當下聽到巧兒的話,“我打算明兒就不帶了。”
“為什麽不帶?”巧兒聲音一下拔高了許多,並沒有在街上賣花時候的那種溫柔。
就很奇怪,明明他們成親才沒幾天,巧兒就忽然變了。
“這樣不好。”他現在心裏還擔心,香附肯定會告訴阿梨,到時候自己要如何同阿梨說?
巧兒打量著他,似乎要將他整個人都看透一般,環手抱胸靠在身後的門框上,“有什麽不好的?你整日在周家做牛做馬,拿點邊角怎麽了?再說你別以為我不知道,這些邊角料你就是不拿回來,最後她不是都送給那些要飯的麽。難不成在你眼裏,我弟弟妹妹們,還不如那些個要飯的?”
柳小八嘴巴從來不善談,麵對著巧兒的咄咄逼人,他隻能無奈解釋,“我不是那個意思,隻不過這東西再怎麽不值錢,那是阿梨家的,要由她來做主。”
巧兒‘嗬’地冷笑了一聲,“我早前以為你是個出息的,才跟了你,沒想到你竟是個窩囊廢。”然後指著門外罵:“平日裏叫鄰裏欺負我爹娘就算了,你自己還欺負我,你說你那心裏是不是也看不起我?”
然後捂著臉,嗚嗚大聲哭起來。
柳小八一時隻覺得頭昏腦脹的,又見嶽父嶽母冷冷看著
自己,身後院子裏又是那七八雙眼睛,急忙將巧兒拉著進屋去,好言解釋著:“我哪裏是個那個意思,隻不過我也是給人做工的,周家對我又好,我不能得寸進尺。”
“周家對你好,難不成我對你就不好了?”巧兒一邊摸著眼淚,一邊質問著他。
“你對我也好。”柳小八看著她哭得那般楚楚可憐,總是有幾分心疼意思的,走過去將她摟住,“都是我的不是,你莫要再哭了。”
到底是小年輕,又是才新婚,如今見那窗戶外麵已經徹底沒了亮光,曉得是天黑了,如今摟摟抱抱的,一個推一個哄,不覺間便到了那**去。

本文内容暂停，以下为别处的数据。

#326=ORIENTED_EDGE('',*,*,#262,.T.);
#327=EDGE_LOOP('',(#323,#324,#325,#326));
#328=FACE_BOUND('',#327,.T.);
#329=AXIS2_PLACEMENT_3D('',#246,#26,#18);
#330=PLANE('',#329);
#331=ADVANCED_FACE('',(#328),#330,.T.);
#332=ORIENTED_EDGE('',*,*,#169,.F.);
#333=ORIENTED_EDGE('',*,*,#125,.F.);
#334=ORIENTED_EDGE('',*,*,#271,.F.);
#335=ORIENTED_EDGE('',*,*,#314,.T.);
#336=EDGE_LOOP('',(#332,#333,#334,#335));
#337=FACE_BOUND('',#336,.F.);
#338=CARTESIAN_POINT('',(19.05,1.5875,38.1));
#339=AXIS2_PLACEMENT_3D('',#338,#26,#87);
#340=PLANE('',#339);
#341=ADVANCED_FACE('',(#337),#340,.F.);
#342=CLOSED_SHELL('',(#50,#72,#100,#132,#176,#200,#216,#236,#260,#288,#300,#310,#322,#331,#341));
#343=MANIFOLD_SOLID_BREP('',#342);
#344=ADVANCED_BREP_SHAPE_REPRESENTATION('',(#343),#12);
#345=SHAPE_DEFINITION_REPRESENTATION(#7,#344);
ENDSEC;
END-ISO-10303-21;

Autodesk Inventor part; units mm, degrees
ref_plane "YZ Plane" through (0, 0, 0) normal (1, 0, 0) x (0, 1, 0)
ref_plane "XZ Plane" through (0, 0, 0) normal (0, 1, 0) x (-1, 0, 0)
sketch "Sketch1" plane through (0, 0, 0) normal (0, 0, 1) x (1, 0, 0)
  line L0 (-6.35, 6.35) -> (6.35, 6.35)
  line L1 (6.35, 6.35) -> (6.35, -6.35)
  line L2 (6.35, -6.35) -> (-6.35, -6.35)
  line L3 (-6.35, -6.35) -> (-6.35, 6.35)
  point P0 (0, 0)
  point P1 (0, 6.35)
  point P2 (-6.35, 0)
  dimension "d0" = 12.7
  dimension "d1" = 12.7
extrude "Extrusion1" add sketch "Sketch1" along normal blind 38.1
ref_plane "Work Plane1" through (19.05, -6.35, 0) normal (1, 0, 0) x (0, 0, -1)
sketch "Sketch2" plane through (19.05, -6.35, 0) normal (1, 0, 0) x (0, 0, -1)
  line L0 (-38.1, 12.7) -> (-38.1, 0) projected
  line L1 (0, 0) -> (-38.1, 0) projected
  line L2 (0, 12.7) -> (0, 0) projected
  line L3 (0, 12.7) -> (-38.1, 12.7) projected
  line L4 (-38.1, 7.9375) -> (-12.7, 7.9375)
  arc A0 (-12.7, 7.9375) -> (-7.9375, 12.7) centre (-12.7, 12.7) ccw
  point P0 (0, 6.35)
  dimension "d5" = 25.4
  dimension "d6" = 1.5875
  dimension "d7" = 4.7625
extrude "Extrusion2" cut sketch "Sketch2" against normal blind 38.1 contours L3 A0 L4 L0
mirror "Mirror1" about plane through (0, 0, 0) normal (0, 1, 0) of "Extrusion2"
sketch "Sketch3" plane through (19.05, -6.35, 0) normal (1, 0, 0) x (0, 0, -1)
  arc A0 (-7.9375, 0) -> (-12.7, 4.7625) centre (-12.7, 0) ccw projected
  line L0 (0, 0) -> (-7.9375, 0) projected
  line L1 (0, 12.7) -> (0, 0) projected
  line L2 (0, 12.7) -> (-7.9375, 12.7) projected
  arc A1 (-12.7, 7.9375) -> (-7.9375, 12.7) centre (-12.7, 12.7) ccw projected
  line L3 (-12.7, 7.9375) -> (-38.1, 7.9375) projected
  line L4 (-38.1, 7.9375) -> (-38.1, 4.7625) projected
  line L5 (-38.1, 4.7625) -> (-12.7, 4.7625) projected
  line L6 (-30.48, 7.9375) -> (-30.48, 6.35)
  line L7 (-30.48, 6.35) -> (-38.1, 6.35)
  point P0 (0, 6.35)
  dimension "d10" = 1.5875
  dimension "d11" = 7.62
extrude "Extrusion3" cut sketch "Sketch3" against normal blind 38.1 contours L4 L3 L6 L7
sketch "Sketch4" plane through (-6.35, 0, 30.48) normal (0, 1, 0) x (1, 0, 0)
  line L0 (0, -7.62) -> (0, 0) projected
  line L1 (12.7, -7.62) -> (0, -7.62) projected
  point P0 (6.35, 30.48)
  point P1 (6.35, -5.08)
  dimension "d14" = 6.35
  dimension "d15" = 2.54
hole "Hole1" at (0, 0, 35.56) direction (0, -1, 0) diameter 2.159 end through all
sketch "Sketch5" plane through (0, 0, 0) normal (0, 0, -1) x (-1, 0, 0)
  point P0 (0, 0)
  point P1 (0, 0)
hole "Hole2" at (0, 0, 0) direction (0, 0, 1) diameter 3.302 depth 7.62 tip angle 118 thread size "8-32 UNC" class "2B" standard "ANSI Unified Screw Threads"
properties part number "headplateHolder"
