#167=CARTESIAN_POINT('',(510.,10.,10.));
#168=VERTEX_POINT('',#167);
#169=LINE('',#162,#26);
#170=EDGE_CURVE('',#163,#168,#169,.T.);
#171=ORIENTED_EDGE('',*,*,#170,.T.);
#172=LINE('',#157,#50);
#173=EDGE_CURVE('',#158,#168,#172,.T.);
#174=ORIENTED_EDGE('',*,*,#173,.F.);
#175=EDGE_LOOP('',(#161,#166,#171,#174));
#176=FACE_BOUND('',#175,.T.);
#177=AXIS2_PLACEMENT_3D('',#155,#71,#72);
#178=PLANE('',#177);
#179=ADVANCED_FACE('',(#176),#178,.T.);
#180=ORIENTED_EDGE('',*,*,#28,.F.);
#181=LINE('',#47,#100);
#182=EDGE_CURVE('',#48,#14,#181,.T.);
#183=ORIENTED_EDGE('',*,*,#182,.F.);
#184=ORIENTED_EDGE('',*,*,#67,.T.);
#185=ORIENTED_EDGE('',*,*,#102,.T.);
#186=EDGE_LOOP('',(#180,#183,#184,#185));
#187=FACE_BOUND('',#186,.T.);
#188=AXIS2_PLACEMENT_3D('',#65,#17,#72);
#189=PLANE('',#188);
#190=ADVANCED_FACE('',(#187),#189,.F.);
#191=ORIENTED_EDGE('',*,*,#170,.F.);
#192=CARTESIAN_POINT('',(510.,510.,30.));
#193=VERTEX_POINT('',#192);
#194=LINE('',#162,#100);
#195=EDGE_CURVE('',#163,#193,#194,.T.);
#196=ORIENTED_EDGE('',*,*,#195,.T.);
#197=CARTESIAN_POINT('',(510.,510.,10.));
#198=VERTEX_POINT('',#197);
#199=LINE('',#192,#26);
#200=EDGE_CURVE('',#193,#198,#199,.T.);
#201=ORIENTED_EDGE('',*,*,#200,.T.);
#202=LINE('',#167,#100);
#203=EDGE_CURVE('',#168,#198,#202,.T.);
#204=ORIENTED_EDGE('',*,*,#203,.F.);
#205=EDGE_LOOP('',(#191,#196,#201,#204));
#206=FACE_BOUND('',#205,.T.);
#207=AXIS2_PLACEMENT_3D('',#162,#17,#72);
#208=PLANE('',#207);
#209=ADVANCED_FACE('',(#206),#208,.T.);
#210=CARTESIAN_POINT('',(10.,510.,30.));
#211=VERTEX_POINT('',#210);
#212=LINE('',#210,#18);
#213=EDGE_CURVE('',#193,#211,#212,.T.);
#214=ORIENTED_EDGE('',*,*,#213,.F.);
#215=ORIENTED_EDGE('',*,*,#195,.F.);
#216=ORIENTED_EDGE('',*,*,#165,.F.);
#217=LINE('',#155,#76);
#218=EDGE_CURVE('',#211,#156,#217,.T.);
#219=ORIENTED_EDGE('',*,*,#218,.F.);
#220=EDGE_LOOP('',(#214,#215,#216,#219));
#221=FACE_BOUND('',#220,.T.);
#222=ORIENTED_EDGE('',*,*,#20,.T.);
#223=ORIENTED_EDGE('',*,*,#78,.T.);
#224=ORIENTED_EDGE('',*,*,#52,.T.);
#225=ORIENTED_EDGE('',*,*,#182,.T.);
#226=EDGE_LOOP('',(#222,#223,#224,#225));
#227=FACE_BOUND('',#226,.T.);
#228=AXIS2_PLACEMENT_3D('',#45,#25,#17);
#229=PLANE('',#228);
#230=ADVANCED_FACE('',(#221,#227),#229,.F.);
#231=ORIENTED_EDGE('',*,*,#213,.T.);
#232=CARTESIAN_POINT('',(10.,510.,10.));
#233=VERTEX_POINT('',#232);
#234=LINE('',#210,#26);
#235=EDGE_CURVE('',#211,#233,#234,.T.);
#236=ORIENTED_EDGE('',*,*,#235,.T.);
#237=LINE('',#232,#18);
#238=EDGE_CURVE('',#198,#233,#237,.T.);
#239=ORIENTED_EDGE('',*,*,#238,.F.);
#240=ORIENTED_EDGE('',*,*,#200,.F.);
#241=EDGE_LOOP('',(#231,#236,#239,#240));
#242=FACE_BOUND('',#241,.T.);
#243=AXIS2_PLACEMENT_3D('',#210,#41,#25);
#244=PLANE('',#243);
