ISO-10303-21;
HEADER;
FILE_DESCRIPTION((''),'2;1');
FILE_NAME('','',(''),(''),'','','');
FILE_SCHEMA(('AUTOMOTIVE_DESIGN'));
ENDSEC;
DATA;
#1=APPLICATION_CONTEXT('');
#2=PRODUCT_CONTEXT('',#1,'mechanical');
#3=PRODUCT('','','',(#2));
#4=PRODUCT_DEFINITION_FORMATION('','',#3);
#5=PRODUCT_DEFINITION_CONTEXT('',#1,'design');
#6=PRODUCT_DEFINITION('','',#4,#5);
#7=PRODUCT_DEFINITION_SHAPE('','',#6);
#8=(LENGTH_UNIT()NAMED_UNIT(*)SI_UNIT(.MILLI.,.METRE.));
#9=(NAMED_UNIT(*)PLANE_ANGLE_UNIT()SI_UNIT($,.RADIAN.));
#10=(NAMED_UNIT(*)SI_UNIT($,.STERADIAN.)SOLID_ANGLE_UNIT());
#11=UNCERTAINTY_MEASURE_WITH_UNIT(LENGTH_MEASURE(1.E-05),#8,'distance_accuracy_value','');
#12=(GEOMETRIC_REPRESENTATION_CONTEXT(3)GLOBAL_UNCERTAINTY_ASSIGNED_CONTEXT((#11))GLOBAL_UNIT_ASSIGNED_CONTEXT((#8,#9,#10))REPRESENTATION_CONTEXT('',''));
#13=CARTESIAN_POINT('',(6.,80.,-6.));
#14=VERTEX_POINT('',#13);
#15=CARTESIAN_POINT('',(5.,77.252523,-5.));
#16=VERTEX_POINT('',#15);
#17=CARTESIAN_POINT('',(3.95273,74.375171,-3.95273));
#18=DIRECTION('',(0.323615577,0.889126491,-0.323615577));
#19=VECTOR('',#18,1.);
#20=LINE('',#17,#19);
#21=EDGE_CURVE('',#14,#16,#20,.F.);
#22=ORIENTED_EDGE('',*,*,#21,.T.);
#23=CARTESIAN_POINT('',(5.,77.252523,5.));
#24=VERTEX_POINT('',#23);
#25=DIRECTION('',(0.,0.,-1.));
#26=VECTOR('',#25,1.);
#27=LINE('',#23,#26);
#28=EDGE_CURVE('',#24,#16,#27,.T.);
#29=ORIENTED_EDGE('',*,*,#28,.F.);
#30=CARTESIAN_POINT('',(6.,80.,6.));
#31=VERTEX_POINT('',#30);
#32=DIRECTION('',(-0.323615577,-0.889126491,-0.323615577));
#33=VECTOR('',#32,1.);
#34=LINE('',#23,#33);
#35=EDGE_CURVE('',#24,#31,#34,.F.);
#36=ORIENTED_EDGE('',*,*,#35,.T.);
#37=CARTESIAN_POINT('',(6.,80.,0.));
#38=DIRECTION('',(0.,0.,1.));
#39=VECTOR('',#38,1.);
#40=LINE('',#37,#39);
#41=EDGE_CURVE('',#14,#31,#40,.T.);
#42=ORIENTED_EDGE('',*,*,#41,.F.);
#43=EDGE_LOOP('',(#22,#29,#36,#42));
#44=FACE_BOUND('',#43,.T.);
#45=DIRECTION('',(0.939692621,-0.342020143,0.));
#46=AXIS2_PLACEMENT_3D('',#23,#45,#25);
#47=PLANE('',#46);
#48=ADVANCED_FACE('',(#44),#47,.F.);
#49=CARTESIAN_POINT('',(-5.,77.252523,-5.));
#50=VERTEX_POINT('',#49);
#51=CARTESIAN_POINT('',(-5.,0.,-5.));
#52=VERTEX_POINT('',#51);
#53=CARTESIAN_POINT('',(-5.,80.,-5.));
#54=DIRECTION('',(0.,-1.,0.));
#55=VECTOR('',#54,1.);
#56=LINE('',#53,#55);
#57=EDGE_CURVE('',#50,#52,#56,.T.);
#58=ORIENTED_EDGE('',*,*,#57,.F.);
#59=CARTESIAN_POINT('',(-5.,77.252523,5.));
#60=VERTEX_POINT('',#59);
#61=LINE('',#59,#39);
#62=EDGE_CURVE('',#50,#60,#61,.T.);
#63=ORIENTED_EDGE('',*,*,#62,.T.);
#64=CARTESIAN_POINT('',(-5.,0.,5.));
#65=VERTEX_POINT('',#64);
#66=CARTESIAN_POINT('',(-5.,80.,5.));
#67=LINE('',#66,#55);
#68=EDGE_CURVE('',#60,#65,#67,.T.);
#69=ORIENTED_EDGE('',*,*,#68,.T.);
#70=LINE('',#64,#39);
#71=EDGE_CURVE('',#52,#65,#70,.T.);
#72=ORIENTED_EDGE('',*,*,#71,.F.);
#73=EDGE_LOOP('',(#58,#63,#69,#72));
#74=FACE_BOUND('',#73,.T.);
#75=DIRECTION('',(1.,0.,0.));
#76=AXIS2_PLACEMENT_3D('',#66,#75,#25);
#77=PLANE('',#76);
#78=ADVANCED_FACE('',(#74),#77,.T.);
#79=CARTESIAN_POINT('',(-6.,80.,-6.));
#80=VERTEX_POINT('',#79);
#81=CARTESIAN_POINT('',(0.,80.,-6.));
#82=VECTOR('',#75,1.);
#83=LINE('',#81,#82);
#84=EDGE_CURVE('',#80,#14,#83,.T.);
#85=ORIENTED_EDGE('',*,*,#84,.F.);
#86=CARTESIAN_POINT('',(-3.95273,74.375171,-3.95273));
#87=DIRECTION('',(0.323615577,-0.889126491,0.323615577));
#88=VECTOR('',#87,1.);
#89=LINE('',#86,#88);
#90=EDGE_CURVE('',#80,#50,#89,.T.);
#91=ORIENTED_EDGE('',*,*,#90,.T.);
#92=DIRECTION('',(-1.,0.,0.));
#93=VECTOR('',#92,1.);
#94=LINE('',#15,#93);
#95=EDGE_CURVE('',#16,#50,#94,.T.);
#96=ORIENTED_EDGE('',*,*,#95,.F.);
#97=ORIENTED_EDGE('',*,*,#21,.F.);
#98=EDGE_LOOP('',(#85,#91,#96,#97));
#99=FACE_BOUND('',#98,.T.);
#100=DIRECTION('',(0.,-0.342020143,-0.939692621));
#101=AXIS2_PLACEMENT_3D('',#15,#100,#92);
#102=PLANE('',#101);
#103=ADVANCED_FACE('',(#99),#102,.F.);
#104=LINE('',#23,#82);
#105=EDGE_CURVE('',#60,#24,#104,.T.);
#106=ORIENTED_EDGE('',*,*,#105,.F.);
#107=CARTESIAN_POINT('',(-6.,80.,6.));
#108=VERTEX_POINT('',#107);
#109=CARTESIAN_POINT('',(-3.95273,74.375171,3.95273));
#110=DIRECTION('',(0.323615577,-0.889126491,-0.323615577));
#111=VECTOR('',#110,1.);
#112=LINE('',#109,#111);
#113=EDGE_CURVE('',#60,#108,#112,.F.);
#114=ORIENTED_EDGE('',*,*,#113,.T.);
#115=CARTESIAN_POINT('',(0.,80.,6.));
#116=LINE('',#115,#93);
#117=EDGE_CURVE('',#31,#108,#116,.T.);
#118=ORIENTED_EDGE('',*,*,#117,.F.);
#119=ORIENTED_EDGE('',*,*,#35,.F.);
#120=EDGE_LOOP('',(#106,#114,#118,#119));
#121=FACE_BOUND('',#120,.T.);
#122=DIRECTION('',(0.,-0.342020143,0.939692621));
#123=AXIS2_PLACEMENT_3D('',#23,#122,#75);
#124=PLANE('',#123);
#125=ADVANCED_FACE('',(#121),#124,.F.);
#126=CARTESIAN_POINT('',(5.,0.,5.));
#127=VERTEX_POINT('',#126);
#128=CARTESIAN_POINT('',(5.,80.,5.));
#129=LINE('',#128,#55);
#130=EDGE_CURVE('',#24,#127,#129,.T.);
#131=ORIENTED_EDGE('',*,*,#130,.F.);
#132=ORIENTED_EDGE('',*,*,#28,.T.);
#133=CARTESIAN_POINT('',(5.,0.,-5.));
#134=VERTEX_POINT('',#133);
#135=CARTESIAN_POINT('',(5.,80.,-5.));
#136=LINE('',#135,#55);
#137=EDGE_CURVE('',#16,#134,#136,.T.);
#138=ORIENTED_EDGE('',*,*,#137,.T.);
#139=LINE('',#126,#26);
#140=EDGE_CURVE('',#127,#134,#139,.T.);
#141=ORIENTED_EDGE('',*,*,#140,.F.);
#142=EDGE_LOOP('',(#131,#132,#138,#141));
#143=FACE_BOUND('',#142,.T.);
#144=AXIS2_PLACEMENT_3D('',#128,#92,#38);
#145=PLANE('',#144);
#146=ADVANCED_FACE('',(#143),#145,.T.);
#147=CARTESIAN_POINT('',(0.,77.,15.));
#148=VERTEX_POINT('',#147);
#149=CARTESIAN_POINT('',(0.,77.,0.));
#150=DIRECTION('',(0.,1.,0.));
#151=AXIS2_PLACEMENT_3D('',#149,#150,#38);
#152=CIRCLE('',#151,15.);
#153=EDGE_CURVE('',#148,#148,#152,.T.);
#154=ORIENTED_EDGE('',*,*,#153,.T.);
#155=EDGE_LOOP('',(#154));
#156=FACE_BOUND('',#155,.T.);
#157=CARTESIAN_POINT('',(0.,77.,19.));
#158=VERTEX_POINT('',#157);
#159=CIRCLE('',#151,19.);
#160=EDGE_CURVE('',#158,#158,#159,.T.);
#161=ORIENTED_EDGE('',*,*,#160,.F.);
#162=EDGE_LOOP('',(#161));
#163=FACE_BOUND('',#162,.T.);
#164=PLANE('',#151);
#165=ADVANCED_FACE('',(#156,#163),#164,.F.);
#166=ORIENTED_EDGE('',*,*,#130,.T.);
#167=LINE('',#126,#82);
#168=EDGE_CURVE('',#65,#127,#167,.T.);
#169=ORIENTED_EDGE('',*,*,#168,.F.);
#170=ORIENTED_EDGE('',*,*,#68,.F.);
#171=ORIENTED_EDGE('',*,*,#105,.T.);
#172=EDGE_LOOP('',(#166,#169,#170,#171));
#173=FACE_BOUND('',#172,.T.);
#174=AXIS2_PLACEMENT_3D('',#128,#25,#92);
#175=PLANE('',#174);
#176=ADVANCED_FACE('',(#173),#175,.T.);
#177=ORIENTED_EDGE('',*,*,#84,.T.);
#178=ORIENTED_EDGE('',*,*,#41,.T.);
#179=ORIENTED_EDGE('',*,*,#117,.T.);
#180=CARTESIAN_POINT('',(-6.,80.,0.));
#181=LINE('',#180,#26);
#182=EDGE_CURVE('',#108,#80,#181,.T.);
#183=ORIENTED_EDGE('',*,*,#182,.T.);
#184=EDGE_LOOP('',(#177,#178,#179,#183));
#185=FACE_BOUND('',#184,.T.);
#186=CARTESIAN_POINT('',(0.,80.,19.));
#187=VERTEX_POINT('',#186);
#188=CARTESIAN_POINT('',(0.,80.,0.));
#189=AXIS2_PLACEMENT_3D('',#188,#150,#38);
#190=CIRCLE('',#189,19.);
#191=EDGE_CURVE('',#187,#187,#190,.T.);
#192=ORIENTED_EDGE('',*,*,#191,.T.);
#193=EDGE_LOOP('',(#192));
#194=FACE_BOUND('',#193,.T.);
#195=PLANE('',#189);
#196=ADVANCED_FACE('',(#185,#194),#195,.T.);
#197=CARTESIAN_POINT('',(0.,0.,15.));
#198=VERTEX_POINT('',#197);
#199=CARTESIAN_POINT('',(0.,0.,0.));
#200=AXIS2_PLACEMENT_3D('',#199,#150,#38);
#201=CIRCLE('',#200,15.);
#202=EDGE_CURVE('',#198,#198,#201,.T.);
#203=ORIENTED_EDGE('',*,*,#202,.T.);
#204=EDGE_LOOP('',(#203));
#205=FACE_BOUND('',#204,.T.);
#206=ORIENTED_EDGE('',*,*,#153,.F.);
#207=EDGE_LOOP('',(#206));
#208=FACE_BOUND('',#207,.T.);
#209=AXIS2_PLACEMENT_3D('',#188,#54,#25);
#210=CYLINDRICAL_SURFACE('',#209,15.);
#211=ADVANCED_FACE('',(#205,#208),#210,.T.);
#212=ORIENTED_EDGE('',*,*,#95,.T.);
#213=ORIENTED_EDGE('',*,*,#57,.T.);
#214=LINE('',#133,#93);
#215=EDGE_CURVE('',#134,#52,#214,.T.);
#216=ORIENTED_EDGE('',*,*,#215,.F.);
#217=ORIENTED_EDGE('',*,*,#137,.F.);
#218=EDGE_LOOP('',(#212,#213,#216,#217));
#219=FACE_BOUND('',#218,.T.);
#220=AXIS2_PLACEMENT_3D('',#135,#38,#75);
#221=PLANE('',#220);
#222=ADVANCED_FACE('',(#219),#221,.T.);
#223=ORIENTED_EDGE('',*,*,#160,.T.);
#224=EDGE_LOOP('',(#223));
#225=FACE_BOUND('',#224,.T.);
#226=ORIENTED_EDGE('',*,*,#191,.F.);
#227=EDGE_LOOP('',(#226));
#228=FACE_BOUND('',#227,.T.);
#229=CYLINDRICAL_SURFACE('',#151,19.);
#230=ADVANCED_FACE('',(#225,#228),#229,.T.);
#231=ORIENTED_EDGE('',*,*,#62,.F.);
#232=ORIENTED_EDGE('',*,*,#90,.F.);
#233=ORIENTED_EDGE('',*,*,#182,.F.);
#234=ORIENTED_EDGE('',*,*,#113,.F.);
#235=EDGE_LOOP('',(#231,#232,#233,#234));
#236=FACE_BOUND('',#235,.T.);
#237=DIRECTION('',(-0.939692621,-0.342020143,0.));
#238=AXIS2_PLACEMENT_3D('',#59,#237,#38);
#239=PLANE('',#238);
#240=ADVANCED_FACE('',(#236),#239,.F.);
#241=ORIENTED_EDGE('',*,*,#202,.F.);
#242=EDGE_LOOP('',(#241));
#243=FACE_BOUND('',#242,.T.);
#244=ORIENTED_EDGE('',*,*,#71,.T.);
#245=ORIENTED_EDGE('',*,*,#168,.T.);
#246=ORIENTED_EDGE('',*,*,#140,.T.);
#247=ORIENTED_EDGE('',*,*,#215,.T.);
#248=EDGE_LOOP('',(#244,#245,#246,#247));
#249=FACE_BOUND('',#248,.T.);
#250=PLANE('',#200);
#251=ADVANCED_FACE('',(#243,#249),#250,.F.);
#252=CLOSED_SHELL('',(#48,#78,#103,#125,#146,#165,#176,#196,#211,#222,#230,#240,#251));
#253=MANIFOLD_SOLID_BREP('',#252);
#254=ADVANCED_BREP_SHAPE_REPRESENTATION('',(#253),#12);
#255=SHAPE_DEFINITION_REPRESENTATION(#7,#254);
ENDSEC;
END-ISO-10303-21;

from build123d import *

# Parameters (mm, degrees)
SKETCH_1_R          = 15
SKETCH_1_W          = 10
SKETCH_1_H          = 10
EXTRUDE_1_DEPTH     = 80
SKETCH1_R           = 19
SKETCH1_W           = 10
SKETCH1_H           = 10
BOSS_EXTRUDE1_DEPTH = 3
CHAMFER1_SIZE       = 1
CHAMFER1_SIZE2      = 2.747477419


with BuildPart() as part:
    # Эскиз1 → Бобышка-Вытянуть1 (new body)
    with BuildSketch(Plane(origin=(0, 0, 0), x_dir=(1, 0, 0), z_dir=(0, 1, 0))):
        Circle(SKETCH_1_R)
        Rectangle(SKETCH_1_W, SKETCH_1_H, mode=Mode.SUBTRACT)
    extrude(amount=EXTRUDE_1_DEPTH)

    # Sketch1 → Boss-Extrude1 (add)
    with BuildSketch(Plane(origin=(0, 80, 0), x_dir=(1, 0, 0), z_dir=(0, 1, 0))):
        Circle(SKETCH1_R)
        Rectangle(SKETCH1_W, SKETCH1_H, mode=Mode.SUBTRACT)
    extrude(amount=-BOSS_EXTRUDE1_DEPTH)

    # Chamfer1
    chamfer1_edges = [part.edges().sort_by_distance(p)[0] for p in [
        (0, 80, -5),
        (-5, 80, 0),
        (0, 80, 5),
        (5, 80, 0),
    ]]
    chamfer1_side = [part.faces().sort_by_distance(p)[0] for p in [
        (-18.462598846, 80, 0),
    ]]
    chamfer(chamfer1_edges, length=CHAMFER1_SIZE, length2=CHAMFER1_SIZE2, reference=chamfer1_side[0])


solid = part.part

一番春光,兩人散著頭發靠在一處,那巧兒到底是年輕,如今那臉頰上帶著一層桃花般的粉紅色,越是誘人。
柳小八怎麽瞧都瞧不夠,一時覺得自己也是走了大運,沒爹沒娘的,還能娶了她這樣的美嬌娘,該是捧在手裏好好疼愛才是,竟然為了些鹵菜邊角料同她生氣。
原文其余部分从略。